» **Available records**
:::

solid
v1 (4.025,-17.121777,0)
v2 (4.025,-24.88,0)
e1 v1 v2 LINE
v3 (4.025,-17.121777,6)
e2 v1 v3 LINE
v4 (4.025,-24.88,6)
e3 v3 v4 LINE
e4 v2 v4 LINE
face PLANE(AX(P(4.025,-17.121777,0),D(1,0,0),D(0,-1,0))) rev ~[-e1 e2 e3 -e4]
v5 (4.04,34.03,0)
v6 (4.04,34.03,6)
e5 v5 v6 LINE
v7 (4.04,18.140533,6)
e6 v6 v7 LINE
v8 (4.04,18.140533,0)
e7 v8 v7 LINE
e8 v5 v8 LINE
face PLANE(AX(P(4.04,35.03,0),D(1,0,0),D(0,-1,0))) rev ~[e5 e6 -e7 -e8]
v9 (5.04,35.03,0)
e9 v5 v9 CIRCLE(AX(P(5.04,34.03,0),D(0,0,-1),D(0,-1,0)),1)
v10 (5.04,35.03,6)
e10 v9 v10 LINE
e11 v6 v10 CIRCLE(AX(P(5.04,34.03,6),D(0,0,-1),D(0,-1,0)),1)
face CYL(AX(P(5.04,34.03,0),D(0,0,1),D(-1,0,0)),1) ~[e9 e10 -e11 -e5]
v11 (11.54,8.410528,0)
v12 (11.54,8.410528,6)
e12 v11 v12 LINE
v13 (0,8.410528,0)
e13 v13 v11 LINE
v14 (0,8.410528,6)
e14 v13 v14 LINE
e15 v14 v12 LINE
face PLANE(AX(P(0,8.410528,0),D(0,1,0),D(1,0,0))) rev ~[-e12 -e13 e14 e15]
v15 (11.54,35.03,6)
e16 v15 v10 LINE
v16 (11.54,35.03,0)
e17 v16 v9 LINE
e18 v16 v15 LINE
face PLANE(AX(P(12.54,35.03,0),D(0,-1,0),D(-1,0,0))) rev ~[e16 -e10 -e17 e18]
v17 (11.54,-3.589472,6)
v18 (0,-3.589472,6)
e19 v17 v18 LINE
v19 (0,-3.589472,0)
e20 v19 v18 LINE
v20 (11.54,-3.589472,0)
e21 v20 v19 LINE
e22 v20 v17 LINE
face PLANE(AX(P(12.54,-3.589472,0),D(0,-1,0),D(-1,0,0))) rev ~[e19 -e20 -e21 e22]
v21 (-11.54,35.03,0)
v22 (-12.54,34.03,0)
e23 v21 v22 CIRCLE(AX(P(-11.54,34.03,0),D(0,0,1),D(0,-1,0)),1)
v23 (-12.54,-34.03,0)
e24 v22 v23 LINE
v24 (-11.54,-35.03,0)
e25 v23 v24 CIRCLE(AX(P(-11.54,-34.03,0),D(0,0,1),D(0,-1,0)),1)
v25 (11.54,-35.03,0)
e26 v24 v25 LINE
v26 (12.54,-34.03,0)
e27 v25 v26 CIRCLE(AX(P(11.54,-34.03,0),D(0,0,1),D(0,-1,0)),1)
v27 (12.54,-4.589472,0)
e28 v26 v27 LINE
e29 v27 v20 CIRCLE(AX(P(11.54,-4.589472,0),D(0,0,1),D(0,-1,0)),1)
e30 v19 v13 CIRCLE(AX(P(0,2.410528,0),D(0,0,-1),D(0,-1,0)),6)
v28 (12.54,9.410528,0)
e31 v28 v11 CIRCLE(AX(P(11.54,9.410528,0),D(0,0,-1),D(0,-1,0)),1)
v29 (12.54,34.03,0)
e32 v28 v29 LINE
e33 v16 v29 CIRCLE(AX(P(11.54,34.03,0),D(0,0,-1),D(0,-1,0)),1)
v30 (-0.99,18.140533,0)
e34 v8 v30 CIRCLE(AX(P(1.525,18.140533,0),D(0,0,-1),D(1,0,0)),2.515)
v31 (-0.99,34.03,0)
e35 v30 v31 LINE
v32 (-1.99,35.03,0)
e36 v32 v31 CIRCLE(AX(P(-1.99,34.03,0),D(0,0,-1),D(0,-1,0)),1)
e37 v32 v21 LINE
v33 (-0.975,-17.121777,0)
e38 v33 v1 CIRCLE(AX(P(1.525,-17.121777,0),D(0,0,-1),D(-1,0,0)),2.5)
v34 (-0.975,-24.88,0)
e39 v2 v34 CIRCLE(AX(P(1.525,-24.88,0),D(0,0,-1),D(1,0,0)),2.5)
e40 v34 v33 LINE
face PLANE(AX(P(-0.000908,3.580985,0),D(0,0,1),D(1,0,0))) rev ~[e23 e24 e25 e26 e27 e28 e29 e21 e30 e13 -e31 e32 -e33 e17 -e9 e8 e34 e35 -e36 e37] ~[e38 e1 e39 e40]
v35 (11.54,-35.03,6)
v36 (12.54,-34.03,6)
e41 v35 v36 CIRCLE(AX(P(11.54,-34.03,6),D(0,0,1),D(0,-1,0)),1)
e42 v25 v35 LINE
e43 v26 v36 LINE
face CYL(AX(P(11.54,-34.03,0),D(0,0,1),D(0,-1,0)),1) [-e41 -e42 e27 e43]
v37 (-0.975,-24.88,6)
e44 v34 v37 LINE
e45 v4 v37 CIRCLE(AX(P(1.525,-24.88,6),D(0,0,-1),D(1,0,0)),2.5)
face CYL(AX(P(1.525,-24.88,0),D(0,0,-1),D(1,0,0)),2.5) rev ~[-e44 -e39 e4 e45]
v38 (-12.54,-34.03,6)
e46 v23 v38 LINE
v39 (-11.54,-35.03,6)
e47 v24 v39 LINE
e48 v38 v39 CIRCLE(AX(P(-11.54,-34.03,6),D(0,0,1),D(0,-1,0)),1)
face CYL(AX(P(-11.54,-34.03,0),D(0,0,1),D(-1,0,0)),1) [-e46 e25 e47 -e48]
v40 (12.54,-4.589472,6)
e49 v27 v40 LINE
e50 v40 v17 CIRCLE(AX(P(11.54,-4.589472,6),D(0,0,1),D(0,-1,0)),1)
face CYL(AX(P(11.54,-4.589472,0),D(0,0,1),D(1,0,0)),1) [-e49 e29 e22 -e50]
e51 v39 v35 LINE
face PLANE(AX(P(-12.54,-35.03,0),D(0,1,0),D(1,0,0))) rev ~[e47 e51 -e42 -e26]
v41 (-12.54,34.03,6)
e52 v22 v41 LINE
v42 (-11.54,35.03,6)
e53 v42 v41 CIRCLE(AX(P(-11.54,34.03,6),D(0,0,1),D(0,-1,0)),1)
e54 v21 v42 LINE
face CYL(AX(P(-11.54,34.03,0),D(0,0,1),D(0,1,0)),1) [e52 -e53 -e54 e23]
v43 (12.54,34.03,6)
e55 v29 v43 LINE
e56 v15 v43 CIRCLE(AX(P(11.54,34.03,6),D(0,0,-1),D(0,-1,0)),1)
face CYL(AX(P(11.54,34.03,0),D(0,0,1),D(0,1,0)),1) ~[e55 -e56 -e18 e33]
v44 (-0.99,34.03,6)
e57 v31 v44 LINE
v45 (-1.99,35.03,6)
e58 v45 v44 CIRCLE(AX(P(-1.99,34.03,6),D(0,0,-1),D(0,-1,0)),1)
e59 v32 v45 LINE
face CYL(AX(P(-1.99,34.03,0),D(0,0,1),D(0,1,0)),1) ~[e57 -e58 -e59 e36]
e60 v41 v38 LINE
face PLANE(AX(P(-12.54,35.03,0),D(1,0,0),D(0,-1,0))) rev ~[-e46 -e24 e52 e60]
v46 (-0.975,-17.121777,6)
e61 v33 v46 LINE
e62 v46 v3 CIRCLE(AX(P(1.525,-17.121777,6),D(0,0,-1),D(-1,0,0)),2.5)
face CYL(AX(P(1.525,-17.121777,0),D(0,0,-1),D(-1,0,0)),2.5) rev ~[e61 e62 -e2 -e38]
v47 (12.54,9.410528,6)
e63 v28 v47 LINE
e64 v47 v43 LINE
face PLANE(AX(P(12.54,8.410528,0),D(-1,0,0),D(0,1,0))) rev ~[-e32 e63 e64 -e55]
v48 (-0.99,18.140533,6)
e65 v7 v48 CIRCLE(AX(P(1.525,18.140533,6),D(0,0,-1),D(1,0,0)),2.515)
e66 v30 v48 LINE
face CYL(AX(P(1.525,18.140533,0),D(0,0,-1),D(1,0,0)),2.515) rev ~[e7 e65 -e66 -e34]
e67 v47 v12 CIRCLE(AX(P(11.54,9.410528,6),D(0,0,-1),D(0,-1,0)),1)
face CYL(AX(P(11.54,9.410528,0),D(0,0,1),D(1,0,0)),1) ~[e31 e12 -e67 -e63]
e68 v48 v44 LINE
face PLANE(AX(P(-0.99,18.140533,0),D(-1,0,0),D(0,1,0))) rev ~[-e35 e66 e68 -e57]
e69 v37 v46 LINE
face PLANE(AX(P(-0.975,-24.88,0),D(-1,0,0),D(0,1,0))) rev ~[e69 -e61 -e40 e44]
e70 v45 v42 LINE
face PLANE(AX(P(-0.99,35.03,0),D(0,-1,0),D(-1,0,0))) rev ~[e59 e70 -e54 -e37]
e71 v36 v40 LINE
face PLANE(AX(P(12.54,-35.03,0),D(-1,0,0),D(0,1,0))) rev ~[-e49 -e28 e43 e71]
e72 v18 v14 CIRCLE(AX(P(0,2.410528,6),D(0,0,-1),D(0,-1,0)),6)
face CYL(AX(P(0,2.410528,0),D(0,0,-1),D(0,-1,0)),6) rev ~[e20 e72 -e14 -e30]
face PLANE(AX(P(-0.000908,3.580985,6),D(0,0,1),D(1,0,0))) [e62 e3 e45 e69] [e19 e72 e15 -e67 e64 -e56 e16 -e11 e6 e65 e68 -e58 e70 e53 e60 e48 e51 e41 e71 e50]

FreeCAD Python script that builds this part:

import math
import FreeCAD as App
import Part
import Sketcher

V = App.Vector
Q = App.Units.Quantity


def edges_at(feature, points):
    """Names of the edges that pass closest to the given points."""
    edges = feature.Shape.Edges
    near = lambda p: min(range(len(edges)), key=lambda i: edges[i].distToShape(Part.Vertex(*p))[0])
    return sorted({f"Edge{near(p) + 1}" for p in points})

doc = App.newDocument("Part")
body = doc.addObject("PartDesign::Body", "Body")

sketch1 = doc.addObject("Sketcher::SketchObject", "Sketch")
body.addObject(sketch1)
sketch1.AttachmentSupport = (doc.XY_Plane, [""])
sketch1.MapMode = "FlatFace"
sketch1.addGeometry([
    Part.LineSegment(V(-1, 35, 0), V(-12.5, 35, 0)),
    Part.LineSegment(V(-12.5, 35, 0), V(-12.5, -35, 0)),
    Part.LineSegment(V(-12.5, -35, 0), V(12.5, -35, 0)),
    Part.LineSegment(V(12.5, -35, 0), V(12.5, -3.6, 0)),
    Part.LineSegment(V(12.5, -3.6, 0), V(0, -3.6, 0)),
    Part.ArcOfCircle(Part.Circle(V(0, 2.4, 0), V(0, 0, 1), 6), math.radians(90), math.radians(270)),
    Part.LineSegment(V(0, 8.4, 0), V(12.5, 8.4, 0)),
    Part.LineSegment(V(12.5, 8.4, 0), V(12.5, 35, 0)),
    Part.LineSegment(V(12.5, 35, 0), V(4, 35, 0)),
    Part.LineSegment(V(4, 35, 0), V(4, 18.1, 0)),
    Part.ArcOfCircle(Part.Circle(V(1.5, 18.1, 0), V(0, 0, 1), 2.5), math.radians(180), math.radians(360)),
    Part.LineSegment(V(-1, 18.1, 0), V(-1, 35, 0)),
    Part.ArcOfCircle(Part.Circle(V(1.5, -17.1, 0), V(0, 0, 1), 2.5), math.radians(0), math.radians(180)),
    Part.LineSegment(V(4, -17.1, 0), V(4, -24.9, 0)),
    Part.ArcOfCircle(Part.Circle(V(1.5, -24.9, 0), V(0, 0, 1), 2.5), math.radians(180), math.radians(360)),
    Part.LineSegment(V(-1, -24.9, 0), V(-1, -17.1, 0)),
], False)
sketch1.addConstraint([
    Sketcher.Constraint("Coincident", 0, 2, 1, 1),
    Sketcher.Constraint("Coincident", 1, 2, 2, 1),
    Sketcher.Constraint("Coincident", 2, 2, 3, 1),
    Sketcher.Constraint("Coincident", 3, 2, 4, 1),
    Sketcher.Constraint("Tangent", 4, 2, 5, 2),
    Sketcher.Constraint("Tangent", 5, 1, 6, 1),
    Sketcher.Constraint("Coincident", 6, 2, 7, 1),
    Sketcher.Constraint("Coincident", 7, 2, 8, 1),
    Sketcher.Constraint("Coincident", 8, 2, 9, 1),
    Sketcher.Constraint("Tangent", 9, 2, 10, 2),
    Sketcher.Constraint("Tangent", 10, 1, 11, 1),
    Sketcher.Constraint("Coincident", 11, 2, 0, 1),
    Sketcher.Constraint("Tangent", 12, 1, 13, 1),
    Sketcher.Constraint("Tangent", 13, 2, 14, 2),
    Sketcher.Constraint("Tangent", 14, 1, 15, 1),
    Sketcher.Constraint("Tangent", 15, 2, 12, 2),
    Sketcher.Constraint("Horizontal", 0),
    Sketcher.Constraint("Vertical", 1),
    Sketcher.Constraint("Horizontal", 2),
    Sketcher.Constraint("Vertical", 3),
    Sketcher.Constraint("Horizontal", 4),
    Sketcher.Constraint("Horizontal", 6),
    Sketcher.Constraint("Vertical", 7),
    Sketcher.Constraint("Horizontal", 8),
    Sketcher.Constraint("Vertical", 9),
    Sketcher.Constraint("Vertical", 11),
    Sketcher.Constraint("Vertical", 13),
    Sketcher.Constraint("Vertical", 15),
    Sketcher.Constraint("Symmetric", 0, 2, 2, 2, -1, 1),
    Sketcher.Constraint("Symmetric", 1, 2, 7, 2, -1, 1),
    Sketcher.Constraint("PointOnObject", 5, 3, -2),
    Sketcher.Constraint("Vertical", 10, 3, 12, 3),
    Sketcher.Constraint("Radius", 5, Q("6 mm")),
    Sketcher.Constraint("Radius", 12, Q("2.5 mm")),
    Sketcher.Constraint("DistanceX", 8, 2, 8, 1, Q("8.5 mm")),
    Sketcher.Constraint("Radius", 10, Q("2.515 mm")),
    Sketcher.Constraint("DistanceX", 0, 2, 0, 1, Q("11.55 mm")),
    Sketcher.Constraint("DistanceY", 1, 2, 1, 1, Q("70.06 mm")),
    Sketcher.Constraint("DistanceY", 14, 3, -1, 1, Q("24.88 mm")),
    Sketcher.Constraint("DistanceY", 3, 1, 3, 2, Q("31.440528 mm")),
    Sketcher.Constraint("DistanceY", 9, 2, 9, 1, Q("16.889467 mm")),
    Sketcher.Constraint("DistanceY", 13, 2, 13, 1, Q("7.758223 mm")),
])
pad1 = doc.addObject("PartDesign::Pad", "Pad")
body.addObject(pad1)
pad1.Profile = sketch1
pad1.Length = 6
doc.recompute()

fillet = doc.addObject("PartDesign::Fillet", "Fillet")
body.addObject(fillet)
fillet.Base = (pad1, edges_at(pad1, [
    (-12.54, -35.03, 3),
    (-12.54, 35.03, 3),
    (12.54, -35.03, 3),
    (12.54, 35.03, 3),
    (12.54, -3.589, 3),
    (12.54, 8.411, 3),
    (-0.99, 35.03, 3),
    (4.04, 35.03, 3),
]))
fillet.Radius = 1

doc.recompute()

:::

» **The problem**
The expected output is exactly the lines of the listing above between the line holding "e18 v16 v15 LINE" and the line holding "e24 v22 v23 LINE", inclusive.

» **Answer section**
e18 v16 v15 LINE
face PLANE(AX(P(12.54,35.03,0),D(0,-1,0),D(-1,0,0))) rev ~[e16 -e10 -e17 e18]
v17 (11.54,-3.589472,6)
v18 (0,-3.589472,6)
e19 v17 v18 LINE
v19 (0,-3.589472,0)
e20 v19 v18 LINE
v20 (11.54,-3.589472,0)
e21 v20 v19 LINE
e22 v20 v17 LINE
face PLANE(AX(P(12.54,-3.589472,0),D(0,-1,0),D(-1,0,0))) rev ~[e19 -e20 -e21 e22]
v21 (-11.54,35.03,0)
v22 (-12.54,34.03,0)
e23 v21 v22 CIRCLE(AX(P(-11.54,34.03,0),D(0,0,1),D(0,-1,0)),1)
v23 (-12.54,-34.03,0)
e24 v22 v23 LINE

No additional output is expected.